# Cloud.net - 30% to 90% discount codes!



## NullMind (Sep 19, 2014)

Hello vpsBoard Members!

 

Cloud.net is a new marketplace of Clouds and VPS servers running on OnApp systems, currently with 13 locations and more being added every week.

 

*Current Locations*

 

North America:


Dallas - Softlayer
Atlanta - JaguarPC
Columbus - XLHost
LA - Xfernet
New York - Webair
Toronto - Cartika
 

Europe:


Isle of Man - Netcetera
London - Softlayer
Milan - SODesktop
 

Eastern Europe:


Kiev - Hostpro
Moscow - Coloud4Y
 

Australia:


Brisbane - Fluccs
 

Asia:


Tokyo - Exabytes
 

_Coming next two weeks: Brazil, Netherlands, South Africa, Switzerland ... and more.  _

 

*Why use Cloud.net ?*

You get no single provider lock-in or penalty to change providers, a unified invoice, full transparency on how each cloud performs with our Cloud Index Score, price comparison, ability to deploy to many different regions and providers and manage it all from a single interface.

 

 

We invite you to try it out, with VM's starting at *$5/month* ($0.0074/h), and to facilitate it we have 3 coupons for you, choose your preferred discount level:

 



*VPSBOARD90* - 90% Discount for 1 month



*VPSBOARD50* - 50% Discount for 3 months



*VPSBOARD30* - 30% Discount for 6 months

 

 

Coupons are set for your entire account, so any additional servers you add during the period you choose will automatically receive the same discount!

 

Please visit https://www.cloud.net - Coupons are redeemable on the last step of the order process, please sign up for an account on the website or directly on the Control Panel at https://jager.cloud.net/users/sign_up

 

Thanks!

 

Carlos Rego


----------



## drmike (Sep 19, 2014)

This gets annoying for the OP, but can you provide the datacenters with these?   We usually carpet whip the information out of other offering companies.   Just trying to be fair and all.  Some DCs out there I am interested in buying from and others I won't give away to folks for free.


----------



## Nett (Sep 19, 2014)

Do all locations have the same pricing?


----------



## yomero (Sep 19, 2014)

Interesting site/idea

I created an account and didn't found an option to use something else than CC for payments. Do you will be adding the option to use Paypal?


----------



## drmike (Sep 20, 2014)

yomero said:


> Interesting site/idea
> 
> I created an account and didn't found an option to use something else than CC for payments. Do you will be adding the option to use Paypal?

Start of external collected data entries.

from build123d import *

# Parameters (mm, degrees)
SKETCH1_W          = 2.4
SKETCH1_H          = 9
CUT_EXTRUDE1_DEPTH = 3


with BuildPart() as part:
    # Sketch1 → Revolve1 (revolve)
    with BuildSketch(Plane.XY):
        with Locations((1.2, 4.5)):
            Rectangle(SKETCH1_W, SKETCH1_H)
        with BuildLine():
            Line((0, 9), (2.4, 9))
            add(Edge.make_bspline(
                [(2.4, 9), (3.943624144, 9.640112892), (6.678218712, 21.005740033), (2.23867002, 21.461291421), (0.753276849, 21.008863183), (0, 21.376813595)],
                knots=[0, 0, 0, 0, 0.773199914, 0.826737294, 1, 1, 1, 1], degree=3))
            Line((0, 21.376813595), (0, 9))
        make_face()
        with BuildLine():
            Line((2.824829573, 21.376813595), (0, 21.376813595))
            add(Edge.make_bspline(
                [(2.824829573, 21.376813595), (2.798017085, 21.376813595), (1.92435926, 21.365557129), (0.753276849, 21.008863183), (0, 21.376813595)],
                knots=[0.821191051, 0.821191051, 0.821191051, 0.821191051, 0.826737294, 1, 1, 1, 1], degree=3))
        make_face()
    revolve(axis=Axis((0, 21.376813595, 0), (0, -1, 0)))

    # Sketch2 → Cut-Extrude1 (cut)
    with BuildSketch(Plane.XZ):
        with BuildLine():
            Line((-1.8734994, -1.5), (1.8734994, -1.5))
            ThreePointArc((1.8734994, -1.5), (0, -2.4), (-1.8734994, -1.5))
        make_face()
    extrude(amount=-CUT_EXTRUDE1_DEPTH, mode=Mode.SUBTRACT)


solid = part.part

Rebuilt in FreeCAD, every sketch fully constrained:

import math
import FreeCAD as App
import Part
import Sketcher
from FreeCAD import Vector

doc = App.newDocument("Part")
params = doc.addObject("Spreadsheet::Sheet", "Params")
for row, (alias, value) in enumerate([
    ("revolution_angle", "360 deg"),
    ("sketch2_radius", "2.4 mm"),
    ("pocket1_length", "3 mm"),
], start=1):
    params.set(f"A{row}", alias)
    params.set(f"B{row}", "=" + value)
    params.setAlias(f"B{row}", alias)

body = doc.addObject("PartDesign::Body", "Body")

# Sketch on XY plane
sketch1 = body.newObject("Sketcher::SketchObject", "Sketch")
sketch1.AttachmentSupport = (doc.getObject("XY_Plane"), [""])
sketch1.MapMode = "FlatFace"
sketch1.addGeometry([
    Part.LineSegment(Vector(0, 0, 0), Vector(2.4, 0, 0)),  # 0
    Part.LineSegment(Vector(2.4, 0, 0), Vector(2.4, 9, 0)),  # 1
    Part.BSplineCurve([Vector(2.4, 9, 0), Vector(3.943624, 9.640113, 0), Vector(6.659873, 20.929493, 0), Vector(3.056836, 21.376814, 0), Vector(2.82483, 21.376814, 0)], [4, 1, 4], [0, 0.773199914, 0.821191051], False, 3, [1, 1, 1, 1, 1], False),  # 2
    Part.LineSegment(Vector(2.82483, 21.376814, 0), Vector(0, 21.376814, 0)),  # 3
    Part.LineSegment(Vector(0, 21.376814, 0), Vector(0, 0, 0)),  # 4
], False)
sketch1.addConstraint([
    Sketcher.Constraint("Block", 2),
    Sketcher.Constraint("Coincident", 0, 2, 1, 1),
    Sketcher.Constraint("Coincident", 1, 2, 2, 1),
    Sketcher.Constraint("Coincident", 2, 2, 3, 1),
    Sketcher.Constraint("Coincident", 3, 2, 4, 1),
    Sketcher.Constraint("Coincident", 4, 2, 0, 1),
    Sketcher.Constraint("Horizontal", 0),
    Sketcher.Constraint("Vertical", 1),
    Sketcher.Constraint("Horizontal", 3),
    Sketcher.Constraint("Vertical", 4),
    Sketcher.Constraint("Coincident", 4, 2, -1, 1),
])
revolution = body.newObject("PartDesign::Revolution", "Revolution")
revolution.Profile = sketch1
revolution.ReferenceAxis = (sketch1, ["V_Axis"])
revolution.setExpression("Angle", "Params.revolution_angle")

# Sketch on XZ plane
sketch2 = body.newObject("Sketcher::SketchObject", "Sketch001")
sketch2.AttachmentSupport = (doc.getObject("XZ_Plane"), [""])
sketch2.MapMode = "FlatFace"
sketch2.addGeometry([
    Part.LineSegment(Vector(1.9, -1.5, 0), Vector(-1.9, -1.5, 0)),
    Part.ArcOfCircle(Part.Circle(Vector(0, 0, 0), Vector(0, 0, 1), 2.4), math.radians(-141), math.radians(-39)),
], False)
sketch2.addConstraint([
    Sketcher.Constraint("Coincident", 0, 1, 1, 2),
    Sketcher.Constraint("Coincident", 1, 1, 0, 2),
    Sketcher.Constraint("Horizontal", 0),
    Sketcher.Constraint("Coincident", 1, 3, -1, 1),
    Sketcher.Constraint("Radius", 1, 2.4),
    Sketcher.Constraint("DistanceY", 0, 1, -1, 1, 1.5),
])
sketch2.setExpression("Constraints[4]", "Params.sketch2_radius")
pocket1 = body.newObject("PartDesign::Pocket", "Pocket")
pocket1.Profile = sketch2
pocket1.setExpression("Length", "Params.pocket1_length")

doc.recompute()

Count me in on +1 vote for these points.

I like the concept and  PayPal is sort of mandatory.


----------



## switsys (Sep 20, 2014)

drmike said:


> PayPal is sort of mandatory.



Not just 'sort of', IT IS mandatory!


----------



## NullMind (Sep 22, 2014)

Nett said:


> Do all locations have the same pricing?


No they don't, some places the infrastructure is quite more expensive (example AU) so the pricing of the local setup differs.


----------



## NullMind (Sep 22, 2014)

drmike said:


> Count me in on +1 vote for these points.
> 
> I like the concept and  PayPal is sort of mandatory.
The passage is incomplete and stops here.